Stored data entries:

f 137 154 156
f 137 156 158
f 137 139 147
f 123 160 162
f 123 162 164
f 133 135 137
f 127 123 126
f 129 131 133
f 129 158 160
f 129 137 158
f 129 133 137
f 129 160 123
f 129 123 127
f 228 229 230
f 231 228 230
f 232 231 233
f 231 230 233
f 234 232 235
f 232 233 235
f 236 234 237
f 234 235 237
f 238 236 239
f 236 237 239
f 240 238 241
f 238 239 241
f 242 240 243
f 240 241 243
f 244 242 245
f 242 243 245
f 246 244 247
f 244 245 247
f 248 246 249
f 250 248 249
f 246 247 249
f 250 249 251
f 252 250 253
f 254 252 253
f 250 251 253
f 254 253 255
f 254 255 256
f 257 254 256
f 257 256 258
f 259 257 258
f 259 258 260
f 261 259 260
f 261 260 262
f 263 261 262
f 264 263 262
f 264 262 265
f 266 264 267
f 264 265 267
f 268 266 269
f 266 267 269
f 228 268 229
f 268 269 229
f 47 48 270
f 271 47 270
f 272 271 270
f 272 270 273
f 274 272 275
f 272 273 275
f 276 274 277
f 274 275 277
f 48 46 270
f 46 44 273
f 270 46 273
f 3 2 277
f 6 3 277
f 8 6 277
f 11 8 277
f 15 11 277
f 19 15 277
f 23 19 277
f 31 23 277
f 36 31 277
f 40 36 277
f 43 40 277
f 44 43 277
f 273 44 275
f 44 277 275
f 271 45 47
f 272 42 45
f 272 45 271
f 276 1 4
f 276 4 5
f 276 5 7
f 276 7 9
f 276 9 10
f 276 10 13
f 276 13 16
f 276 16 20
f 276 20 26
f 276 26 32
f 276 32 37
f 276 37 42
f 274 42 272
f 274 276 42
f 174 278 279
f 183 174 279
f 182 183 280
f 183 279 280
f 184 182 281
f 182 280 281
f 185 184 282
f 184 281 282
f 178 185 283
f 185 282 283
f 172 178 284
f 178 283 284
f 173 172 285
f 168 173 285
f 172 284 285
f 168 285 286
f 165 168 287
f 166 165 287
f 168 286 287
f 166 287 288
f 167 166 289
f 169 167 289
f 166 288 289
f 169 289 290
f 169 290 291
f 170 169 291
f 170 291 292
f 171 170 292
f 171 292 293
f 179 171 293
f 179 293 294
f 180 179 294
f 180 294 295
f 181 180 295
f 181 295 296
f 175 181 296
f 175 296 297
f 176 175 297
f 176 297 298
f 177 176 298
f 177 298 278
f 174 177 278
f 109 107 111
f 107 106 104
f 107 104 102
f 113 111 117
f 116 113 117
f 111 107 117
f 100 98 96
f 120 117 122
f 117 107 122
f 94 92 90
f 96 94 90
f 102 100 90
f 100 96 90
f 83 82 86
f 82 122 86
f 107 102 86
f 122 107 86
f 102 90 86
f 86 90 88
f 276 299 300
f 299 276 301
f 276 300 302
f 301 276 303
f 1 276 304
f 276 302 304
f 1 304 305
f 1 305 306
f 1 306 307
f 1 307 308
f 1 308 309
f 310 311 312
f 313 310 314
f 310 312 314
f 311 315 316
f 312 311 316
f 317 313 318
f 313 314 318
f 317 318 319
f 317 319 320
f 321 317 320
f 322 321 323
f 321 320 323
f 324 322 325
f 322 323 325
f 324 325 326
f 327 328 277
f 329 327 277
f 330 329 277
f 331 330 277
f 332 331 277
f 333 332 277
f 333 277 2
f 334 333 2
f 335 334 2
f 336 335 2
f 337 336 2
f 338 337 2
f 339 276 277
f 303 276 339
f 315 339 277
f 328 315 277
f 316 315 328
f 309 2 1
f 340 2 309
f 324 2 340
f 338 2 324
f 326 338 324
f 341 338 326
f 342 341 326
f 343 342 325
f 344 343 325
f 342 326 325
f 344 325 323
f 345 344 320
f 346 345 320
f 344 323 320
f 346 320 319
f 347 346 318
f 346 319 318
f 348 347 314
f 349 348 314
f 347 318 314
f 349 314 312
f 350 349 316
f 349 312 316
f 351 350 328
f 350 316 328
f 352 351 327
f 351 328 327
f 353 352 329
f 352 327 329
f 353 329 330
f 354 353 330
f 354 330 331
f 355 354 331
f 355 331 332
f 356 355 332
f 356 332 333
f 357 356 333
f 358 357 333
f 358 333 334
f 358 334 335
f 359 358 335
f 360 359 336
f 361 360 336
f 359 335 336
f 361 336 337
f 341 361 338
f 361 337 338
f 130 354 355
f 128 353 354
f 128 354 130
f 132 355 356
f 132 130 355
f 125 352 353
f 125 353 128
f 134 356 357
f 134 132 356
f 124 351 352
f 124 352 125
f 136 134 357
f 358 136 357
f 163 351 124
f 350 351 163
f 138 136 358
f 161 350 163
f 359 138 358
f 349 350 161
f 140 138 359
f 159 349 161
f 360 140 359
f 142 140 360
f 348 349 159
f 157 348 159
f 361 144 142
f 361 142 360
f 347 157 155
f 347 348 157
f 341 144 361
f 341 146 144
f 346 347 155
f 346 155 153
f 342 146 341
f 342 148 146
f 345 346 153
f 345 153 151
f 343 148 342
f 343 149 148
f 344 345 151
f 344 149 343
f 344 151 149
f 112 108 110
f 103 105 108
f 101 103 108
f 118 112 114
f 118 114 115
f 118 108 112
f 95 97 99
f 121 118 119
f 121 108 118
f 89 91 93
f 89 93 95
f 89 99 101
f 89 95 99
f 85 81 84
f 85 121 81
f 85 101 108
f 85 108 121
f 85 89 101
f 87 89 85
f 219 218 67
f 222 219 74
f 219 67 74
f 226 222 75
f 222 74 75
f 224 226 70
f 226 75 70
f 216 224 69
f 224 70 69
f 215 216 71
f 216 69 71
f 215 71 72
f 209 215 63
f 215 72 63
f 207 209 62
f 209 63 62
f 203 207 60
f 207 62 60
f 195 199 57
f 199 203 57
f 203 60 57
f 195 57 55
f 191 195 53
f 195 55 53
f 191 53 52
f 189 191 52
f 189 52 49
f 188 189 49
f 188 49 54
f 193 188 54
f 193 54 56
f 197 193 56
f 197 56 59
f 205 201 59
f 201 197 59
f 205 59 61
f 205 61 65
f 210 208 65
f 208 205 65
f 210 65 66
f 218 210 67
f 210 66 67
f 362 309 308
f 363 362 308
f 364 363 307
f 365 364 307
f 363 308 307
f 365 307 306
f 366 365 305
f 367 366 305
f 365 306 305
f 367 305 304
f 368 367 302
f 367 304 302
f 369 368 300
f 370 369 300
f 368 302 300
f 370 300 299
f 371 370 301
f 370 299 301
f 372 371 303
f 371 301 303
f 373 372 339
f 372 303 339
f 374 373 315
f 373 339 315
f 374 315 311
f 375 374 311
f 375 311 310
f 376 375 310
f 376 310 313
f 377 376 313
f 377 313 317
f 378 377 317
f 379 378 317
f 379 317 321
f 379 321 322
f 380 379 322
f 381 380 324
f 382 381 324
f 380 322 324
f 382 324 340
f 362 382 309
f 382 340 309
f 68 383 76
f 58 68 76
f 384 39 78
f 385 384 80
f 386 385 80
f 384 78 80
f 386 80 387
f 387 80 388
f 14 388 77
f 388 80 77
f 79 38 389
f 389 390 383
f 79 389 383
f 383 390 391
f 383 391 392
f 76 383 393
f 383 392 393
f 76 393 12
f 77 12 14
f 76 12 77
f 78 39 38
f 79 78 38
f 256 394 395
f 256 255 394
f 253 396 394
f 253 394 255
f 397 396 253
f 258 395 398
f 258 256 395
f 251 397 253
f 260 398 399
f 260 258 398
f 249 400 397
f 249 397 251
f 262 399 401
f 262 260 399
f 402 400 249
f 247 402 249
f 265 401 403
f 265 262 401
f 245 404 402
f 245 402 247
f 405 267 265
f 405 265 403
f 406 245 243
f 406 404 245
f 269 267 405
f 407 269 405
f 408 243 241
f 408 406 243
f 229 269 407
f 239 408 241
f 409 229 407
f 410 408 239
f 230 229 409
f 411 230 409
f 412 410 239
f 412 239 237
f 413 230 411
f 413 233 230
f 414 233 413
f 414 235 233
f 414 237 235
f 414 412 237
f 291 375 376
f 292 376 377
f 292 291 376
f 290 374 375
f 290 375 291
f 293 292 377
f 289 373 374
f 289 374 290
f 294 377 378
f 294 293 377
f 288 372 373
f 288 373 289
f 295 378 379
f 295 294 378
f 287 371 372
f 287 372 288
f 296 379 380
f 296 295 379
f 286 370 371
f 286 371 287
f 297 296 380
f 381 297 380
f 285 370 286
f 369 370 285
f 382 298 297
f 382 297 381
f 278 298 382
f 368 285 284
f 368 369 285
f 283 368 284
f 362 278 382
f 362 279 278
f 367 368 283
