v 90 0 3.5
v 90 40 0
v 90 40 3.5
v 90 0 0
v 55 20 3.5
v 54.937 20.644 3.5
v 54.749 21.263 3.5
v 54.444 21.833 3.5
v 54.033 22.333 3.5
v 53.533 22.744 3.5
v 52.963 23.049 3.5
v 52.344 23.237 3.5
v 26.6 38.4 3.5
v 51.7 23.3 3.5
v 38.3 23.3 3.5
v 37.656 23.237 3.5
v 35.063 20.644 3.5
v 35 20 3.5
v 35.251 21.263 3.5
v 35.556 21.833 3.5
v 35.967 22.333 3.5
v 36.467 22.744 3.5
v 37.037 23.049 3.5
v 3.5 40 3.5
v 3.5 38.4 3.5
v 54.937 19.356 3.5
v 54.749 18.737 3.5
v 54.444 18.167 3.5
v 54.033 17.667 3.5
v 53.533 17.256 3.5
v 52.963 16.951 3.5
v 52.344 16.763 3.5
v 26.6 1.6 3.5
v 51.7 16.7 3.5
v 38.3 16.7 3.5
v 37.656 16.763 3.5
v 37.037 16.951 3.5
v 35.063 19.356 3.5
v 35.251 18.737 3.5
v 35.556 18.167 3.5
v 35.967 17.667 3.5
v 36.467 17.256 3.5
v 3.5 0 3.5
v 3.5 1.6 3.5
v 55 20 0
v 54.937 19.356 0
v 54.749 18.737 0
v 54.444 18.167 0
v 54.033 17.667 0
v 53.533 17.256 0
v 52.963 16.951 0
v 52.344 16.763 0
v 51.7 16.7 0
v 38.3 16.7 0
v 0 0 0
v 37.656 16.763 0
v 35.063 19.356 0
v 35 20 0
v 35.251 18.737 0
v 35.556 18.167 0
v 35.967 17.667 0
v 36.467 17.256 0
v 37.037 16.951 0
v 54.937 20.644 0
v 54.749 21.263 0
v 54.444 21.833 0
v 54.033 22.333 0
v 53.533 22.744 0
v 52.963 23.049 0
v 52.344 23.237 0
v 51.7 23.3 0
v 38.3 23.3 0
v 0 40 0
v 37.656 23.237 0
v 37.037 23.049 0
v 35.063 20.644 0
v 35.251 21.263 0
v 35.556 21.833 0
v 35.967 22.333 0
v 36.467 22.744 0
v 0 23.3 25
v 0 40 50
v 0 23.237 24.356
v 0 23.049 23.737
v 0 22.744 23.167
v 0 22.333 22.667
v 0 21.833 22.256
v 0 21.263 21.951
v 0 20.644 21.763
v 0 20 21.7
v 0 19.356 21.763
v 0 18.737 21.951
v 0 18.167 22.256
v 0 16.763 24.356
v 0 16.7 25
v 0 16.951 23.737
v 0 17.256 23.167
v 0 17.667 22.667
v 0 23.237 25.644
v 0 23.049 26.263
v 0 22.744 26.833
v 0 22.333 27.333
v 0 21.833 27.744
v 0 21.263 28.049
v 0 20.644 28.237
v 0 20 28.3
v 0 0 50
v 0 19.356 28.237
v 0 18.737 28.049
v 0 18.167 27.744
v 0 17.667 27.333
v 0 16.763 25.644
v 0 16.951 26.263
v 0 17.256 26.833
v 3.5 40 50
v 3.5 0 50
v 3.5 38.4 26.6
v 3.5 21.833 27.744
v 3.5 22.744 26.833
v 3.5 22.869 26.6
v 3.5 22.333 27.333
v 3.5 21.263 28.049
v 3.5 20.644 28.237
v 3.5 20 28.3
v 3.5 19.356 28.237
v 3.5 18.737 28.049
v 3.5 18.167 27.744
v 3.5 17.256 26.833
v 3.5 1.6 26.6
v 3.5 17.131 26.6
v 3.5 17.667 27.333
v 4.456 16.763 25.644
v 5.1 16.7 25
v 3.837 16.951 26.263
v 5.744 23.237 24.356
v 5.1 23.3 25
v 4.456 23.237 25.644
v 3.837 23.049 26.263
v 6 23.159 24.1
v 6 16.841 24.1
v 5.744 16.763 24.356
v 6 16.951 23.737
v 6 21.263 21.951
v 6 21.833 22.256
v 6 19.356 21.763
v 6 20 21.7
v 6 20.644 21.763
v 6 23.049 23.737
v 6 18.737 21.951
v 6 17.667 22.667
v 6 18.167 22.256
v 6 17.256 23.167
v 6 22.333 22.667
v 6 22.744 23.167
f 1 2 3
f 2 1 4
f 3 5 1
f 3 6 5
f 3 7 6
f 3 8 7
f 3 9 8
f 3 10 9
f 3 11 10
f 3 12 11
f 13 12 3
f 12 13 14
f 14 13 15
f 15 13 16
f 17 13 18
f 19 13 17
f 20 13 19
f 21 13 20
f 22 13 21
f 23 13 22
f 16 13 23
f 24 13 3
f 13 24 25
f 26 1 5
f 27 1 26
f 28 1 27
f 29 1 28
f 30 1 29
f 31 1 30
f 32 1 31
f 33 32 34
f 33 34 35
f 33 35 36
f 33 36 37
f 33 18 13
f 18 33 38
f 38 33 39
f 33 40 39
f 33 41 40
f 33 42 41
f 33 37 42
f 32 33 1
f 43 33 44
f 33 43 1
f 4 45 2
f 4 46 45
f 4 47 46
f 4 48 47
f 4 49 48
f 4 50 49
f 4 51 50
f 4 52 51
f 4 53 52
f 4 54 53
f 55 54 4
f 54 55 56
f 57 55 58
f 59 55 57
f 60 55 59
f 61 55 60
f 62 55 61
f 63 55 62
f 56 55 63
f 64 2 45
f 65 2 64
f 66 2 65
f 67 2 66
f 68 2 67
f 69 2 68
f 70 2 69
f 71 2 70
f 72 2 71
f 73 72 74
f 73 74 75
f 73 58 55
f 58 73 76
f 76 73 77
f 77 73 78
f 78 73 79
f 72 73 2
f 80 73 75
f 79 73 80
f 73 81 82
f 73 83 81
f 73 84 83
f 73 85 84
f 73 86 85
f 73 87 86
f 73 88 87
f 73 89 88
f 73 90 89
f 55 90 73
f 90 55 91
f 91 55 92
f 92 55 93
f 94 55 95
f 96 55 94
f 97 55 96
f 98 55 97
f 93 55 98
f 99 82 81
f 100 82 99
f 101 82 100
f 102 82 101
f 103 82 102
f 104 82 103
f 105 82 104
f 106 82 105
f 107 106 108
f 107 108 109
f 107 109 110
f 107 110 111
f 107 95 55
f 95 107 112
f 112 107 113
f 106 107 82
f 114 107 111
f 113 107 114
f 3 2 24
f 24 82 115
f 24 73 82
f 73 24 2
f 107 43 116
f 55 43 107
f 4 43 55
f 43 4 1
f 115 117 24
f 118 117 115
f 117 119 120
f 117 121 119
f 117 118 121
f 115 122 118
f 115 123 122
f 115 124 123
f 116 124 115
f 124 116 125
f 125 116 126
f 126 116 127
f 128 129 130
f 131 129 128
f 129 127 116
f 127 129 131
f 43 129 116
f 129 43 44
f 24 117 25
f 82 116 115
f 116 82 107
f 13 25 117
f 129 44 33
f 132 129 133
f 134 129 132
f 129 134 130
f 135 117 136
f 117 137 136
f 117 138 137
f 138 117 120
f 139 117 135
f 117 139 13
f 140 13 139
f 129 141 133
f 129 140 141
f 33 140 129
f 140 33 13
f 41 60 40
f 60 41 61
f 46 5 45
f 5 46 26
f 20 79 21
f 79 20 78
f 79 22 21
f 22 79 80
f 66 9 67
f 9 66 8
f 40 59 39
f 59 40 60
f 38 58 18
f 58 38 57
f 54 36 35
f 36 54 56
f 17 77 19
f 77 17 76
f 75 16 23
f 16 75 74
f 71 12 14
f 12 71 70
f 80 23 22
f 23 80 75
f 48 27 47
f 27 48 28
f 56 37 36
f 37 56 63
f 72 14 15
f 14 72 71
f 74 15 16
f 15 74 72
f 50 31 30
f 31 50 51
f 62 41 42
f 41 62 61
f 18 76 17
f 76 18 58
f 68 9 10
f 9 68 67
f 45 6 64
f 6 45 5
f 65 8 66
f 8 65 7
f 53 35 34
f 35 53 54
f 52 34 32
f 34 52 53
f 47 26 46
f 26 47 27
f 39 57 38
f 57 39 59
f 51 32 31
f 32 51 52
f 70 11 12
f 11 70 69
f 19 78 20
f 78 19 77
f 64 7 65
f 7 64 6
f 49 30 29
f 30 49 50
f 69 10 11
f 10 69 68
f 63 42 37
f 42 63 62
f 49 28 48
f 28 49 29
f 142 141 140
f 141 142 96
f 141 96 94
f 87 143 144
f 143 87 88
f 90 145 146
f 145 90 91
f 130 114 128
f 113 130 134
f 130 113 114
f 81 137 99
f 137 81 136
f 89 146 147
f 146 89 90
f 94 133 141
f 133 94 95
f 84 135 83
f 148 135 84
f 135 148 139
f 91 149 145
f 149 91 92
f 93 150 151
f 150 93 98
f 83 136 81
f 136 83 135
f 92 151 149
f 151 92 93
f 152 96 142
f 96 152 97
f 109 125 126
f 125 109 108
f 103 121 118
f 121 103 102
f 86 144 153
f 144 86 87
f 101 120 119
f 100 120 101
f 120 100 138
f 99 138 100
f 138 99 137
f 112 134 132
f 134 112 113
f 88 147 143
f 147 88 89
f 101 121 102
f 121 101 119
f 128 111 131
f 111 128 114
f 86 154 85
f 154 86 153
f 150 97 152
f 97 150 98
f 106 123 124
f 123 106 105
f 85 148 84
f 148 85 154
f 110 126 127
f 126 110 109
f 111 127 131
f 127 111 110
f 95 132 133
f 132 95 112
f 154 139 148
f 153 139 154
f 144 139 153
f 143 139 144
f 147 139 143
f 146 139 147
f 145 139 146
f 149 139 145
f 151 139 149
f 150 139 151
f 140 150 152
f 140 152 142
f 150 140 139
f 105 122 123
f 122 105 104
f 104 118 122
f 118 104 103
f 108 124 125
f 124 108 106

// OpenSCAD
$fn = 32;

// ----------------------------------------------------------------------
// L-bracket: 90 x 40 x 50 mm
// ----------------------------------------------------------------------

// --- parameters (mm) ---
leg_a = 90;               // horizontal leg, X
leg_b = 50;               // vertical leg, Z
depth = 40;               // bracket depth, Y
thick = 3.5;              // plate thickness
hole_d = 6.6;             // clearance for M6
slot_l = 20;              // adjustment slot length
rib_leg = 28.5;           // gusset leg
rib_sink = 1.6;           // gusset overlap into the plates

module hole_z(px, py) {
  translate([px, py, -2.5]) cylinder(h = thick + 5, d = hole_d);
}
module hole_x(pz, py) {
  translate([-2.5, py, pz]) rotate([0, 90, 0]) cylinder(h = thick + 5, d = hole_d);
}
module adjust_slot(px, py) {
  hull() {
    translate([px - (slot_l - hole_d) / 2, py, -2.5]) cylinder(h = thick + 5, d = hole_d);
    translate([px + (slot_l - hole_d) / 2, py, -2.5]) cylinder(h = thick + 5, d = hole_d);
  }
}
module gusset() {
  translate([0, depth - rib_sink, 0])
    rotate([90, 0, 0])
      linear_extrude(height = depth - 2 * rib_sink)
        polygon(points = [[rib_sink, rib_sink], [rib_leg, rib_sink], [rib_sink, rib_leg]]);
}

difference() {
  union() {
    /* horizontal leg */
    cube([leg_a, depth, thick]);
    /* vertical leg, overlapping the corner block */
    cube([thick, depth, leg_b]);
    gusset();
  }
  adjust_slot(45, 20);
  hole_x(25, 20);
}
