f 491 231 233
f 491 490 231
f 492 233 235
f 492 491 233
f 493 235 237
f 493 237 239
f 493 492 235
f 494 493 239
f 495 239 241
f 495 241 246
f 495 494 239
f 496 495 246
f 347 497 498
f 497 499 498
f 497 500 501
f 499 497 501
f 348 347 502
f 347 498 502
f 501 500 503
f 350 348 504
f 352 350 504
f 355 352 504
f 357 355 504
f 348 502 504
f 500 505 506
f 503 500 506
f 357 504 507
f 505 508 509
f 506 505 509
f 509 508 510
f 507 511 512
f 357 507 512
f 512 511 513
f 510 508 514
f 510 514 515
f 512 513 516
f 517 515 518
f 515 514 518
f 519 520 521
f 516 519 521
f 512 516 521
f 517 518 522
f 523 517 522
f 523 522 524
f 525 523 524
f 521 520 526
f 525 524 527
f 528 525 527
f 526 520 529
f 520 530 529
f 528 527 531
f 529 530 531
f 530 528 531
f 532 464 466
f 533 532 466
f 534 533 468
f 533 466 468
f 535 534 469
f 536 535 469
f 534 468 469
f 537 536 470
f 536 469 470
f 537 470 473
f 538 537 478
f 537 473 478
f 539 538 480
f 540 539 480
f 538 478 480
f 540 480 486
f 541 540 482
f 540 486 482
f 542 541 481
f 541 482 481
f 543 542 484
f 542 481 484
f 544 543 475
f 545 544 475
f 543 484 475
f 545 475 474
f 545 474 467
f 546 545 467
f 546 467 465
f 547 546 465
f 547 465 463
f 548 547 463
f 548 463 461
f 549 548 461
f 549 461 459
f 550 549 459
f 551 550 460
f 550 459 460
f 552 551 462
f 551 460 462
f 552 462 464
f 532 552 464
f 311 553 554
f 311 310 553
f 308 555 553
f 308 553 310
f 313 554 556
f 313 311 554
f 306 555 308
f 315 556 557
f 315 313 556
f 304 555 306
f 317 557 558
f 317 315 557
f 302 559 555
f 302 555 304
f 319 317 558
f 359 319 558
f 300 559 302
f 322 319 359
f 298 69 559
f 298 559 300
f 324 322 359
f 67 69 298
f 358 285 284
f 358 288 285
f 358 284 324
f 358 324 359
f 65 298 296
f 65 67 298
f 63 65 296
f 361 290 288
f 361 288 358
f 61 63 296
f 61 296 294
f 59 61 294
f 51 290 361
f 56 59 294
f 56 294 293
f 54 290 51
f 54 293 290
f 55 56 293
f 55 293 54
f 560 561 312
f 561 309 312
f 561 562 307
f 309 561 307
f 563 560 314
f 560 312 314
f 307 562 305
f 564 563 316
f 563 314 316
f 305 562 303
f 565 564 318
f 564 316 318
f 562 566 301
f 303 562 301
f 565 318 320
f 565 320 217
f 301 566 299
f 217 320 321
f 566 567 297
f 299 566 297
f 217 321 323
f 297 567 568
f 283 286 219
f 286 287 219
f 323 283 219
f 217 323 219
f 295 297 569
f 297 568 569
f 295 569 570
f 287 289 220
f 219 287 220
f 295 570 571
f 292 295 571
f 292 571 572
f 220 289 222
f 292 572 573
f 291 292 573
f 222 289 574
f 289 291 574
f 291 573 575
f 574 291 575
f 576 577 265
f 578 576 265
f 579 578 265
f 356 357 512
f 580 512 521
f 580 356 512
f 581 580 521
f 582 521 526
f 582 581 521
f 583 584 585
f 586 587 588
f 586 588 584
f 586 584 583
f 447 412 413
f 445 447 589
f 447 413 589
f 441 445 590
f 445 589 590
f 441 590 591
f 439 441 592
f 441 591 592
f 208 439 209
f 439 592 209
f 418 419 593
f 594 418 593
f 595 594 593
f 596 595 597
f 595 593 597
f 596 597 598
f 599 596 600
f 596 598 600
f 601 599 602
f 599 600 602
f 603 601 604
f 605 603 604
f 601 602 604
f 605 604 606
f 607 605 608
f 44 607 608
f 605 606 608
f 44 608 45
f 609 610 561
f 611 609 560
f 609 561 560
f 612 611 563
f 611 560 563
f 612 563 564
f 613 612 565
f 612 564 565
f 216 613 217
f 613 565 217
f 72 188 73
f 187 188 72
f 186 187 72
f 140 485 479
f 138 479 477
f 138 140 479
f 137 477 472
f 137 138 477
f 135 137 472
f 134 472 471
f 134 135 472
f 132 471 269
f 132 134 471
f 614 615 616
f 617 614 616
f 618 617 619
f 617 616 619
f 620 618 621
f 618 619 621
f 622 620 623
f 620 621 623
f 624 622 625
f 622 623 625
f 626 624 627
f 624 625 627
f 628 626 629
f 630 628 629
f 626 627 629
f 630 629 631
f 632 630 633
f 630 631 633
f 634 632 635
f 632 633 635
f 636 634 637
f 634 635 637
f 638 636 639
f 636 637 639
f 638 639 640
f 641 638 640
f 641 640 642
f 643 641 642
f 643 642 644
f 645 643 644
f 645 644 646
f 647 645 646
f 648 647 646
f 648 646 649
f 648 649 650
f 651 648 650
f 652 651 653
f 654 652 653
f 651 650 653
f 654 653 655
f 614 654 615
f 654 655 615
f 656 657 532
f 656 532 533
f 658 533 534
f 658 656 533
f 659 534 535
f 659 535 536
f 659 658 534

### WHAT YOU WILL DO
Would you restate word for word every line from the one holding "f 648 646 649" to the end of the entries, both ends included?

### YOUR SOLUTION
f 648 646 649
f 648 649 650
f 651 648 650
f 652 651 653
f 654 652 653
f 651 650 653
f 654 653 655
f 614 654 615
f 654 655 615
f 656 657 532
f 656 532 533
f 658 533 534
f 658 656 533
f 659 534 535
f 659 535 536
f 659 658 534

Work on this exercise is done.